The honest base rate
Active, short-term trading is a competitive activity, and the consistent finding across academic studies and regulatory disclosures is that a majority of retail traders lose money over time — often the more actively they trade. In several jurisdictions, brokers offering leveraged products such as CFDs are legally required to display the share of their retail client accounts that lose money, and those disclosed figures are typically well above half.
The exact percentage varies by market, product, and time period, so no single number should be treated as universal. The durable takeaway is directional, not precise: for active retail trading, losing is the common outcome and winning consistently is the exception. Treating the base rate as roughly a coin flip — or better — is where a lot of trouble starts.

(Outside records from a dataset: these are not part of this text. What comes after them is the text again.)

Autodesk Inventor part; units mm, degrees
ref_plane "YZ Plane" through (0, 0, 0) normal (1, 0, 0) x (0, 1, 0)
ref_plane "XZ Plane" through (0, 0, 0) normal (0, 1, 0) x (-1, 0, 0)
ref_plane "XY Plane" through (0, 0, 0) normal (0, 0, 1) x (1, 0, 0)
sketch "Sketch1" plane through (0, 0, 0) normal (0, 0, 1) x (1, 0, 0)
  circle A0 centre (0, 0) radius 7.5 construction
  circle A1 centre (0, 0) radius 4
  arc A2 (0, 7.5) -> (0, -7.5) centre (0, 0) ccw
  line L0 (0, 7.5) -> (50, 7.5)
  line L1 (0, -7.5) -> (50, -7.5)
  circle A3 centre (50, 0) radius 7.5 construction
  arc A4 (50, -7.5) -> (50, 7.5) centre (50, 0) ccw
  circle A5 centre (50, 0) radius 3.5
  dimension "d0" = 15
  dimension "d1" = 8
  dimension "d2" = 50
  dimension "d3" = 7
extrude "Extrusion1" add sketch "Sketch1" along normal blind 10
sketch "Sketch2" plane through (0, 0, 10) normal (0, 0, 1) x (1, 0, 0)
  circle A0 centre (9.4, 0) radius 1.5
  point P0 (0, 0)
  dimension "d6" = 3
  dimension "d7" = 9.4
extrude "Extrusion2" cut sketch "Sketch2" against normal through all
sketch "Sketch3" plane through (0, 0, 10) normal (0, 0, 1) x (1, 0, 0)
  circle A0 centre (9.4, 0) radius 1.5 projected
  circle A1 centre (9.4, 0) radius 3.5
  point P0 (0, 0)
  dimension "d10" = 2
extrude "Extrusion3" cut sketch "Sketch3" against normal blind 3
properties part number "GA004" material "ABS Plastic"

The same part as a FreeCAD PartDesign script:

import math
import FreeCAD as App
import Part
import Sketcher

V = App.Vector
Q = App.Units.Quantity

doc = App.newDocument("Part")
body = doc.addObject("PartDesign::Body", "Body")

sketch1 = body.newObject("Sketcher::SketchObject", "Sketch")
sketch1.AttachmentSupport = (doc.getObject("XY_Plane"), [""])
sketch1.MapMode = "FlatFace"
sketch1.addGeometry(Part.LineSegment(V(50, 7.5, 0), V(0, 7.5, 0)), False)
sketch1.addGeometry(Part.ArcOfCircle(Part.Circle(V(0, 0, 0), V(0, 0, 1), 7.5), math.radians(90), math.radians(270)), False)
sketch1.addGeometry(Part.LineSegment(V(0, -7.5, 0), V(50, -7.5, 0)), False)
sketch1.addGeometry(Part.ArcOfCircle(Part.Circle(V(50, 0, 0), V(0, 0, 1), 7.5), math.radians(-90), math.radians(90)), False)
sketch1.addGeometry(Part.Circle(V(0, 0, 0), V(0, 0, 1), 4), False)
sketch1.addGeometry(Part.Circle(V(50, 0, 0), V(0, 0, 1), 3.5), False)
sketch1.addConstraint(Sketcher.Constraint("Tangent", 0, 2, 1, 1))
sketch1.addConstraint(Sketcher.Constraint("Tangent", 1, 2, 2, 1))
sketch1.addConstraint(Sketcher.Constraint("Tangent", 2, 2, 3, 1))
sketch1.addConstraint(Sketcher.Constraint("Tangent", 3, 2, 0, 1))
sketch1.addConstraint(Sketcher.Constraint("Horizontal", 0))
sketch1.addConstraint(Sketcher.Constraint("Horizontal", 2))
sketch1.addConstraint(Sketcher.Constraint("Coincident", 1, 3, -1, 1))
sketch1.addConstraint(Sketcher.Constraint("Coincident", 4, 3, -1, 1))
sketch1.addConstraint(Sketcher.Constraint("Coincident", 5, 3, 3, 3))
sketch1.addConstraint(Sketcher.Constraint("Diameter", 4, Q("8 mm")))
sketch1.addConstraint(Sketcher.Constraint("Diameter", 5, Q("7 mm")))
sketch1.addConstraint(Sketcher.Constraint("Radius", 1, Q("7.5 mm")))
sketch1.addConstraint(Sketcher.Constraint("DistanceX", 0, 2, 0, 1, Q("50 mm")))
pad1 = body.newObject("PartDesign::Pad", "Pad")
pad1.Profile = sketch1
pad1.Length = 10

sketch2 = body.newObject("Sketcher::SketchObject", "Sketch001")
sketch2.AttachmentSupport = (doc.getObject("XY_Plane"), [""])
sketch2.MapMode = "FlatFace"
sketch2.AttachmentOffset = App.Placement(V(0, 0, 10), App.Rotation())
sketch2.addGeometry(Part.Circle(V(9.4, 0, 0), V(0, 0, 1), 1.5), False)
sketch2.addConstraint(Sketcher.Constraint("PointOnObject", 0, 3, -1))
sketch2.addConstraint(Sketcher.Constraint("Diameter", 0, Q("3 mm")))
sketch2.addConstraint(Sketcher.Constraint("DistanceX", -1, 1, 0, 3, Q("9.4 mm")))
pocket1 = body.newObject("PartDesign::Pocket", "Pocket")
pocket1.Profile = sketch2
pocket1.Type = "ThroughAll"

sketch3 = body.newObject("Sketcher::SketchObject", "Sketch002")
sketch3.AttachmentSupport = (doc.getObject("XY_Plane"), [""])
sketch3.MapMode = "FlatFace"
sketch3.AttachmentOffset = App.Placement(V(0, 0, 10), App.Rotation())
sketch3.addGeometry(Part.Circle(V(9.4, 0, 0), V(0, 0, 1), 3.5), False)
sketch3.addGeometry(Part.Circle(V(9.4, 0, 0), V(0, 0, 1), 1.5), False)
sketch3.addConstraint(Sketcher.Constraint("Coincident", 1, 3, 0, 3))
sketch3.addConstraint(Sketcher.Constraint("PointOnObject", 0, 3, -1))
sketch3.addConstraint(Sketcher.Constraint("Diameter", 0, Q("7 mm")))
sketch3.addConstraint(Sketcher.Constraint("Diameter", 1, Q("3 mm")))
sketch3.addConstraint(Sketcher.Constraint("DistanceX", -1, 1, 0, 3, Q("9.4 mm")))
pocket2 = body.newObject("PartDesign::Pocket", "Pocket001")
pocket2.Profile = sketch3
pocket2.Length = 3

doc.recompute()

Costs quietly compound against you
Every trade carries costs: spreads (the gap between buy and sell price), commissions or fees, funding costs on leveraged positions, and slippage when your order fills at a worse price than expected. Individually these look small. Repeated hundreds or thousands of times, they become a persistent drag that your gains must overcome before you break even.
This is why frequent trading is structurally harder than it looks. Even a strategy that is right slightly more than half the time can still lose money once costs are subtracted. The market does not have to move against you for you to fall behind — standing still while paying fees is enough.
Leverage amplifies losses, not just gains
Leverage lets you control a position larger than your deposit. Marketing tends to emphasize the upside, but leverage is symmetric on the way down: a small adverse price move can wipe out a large share of your capital, and margin calls or liquidations can close your position at the worst possible moment.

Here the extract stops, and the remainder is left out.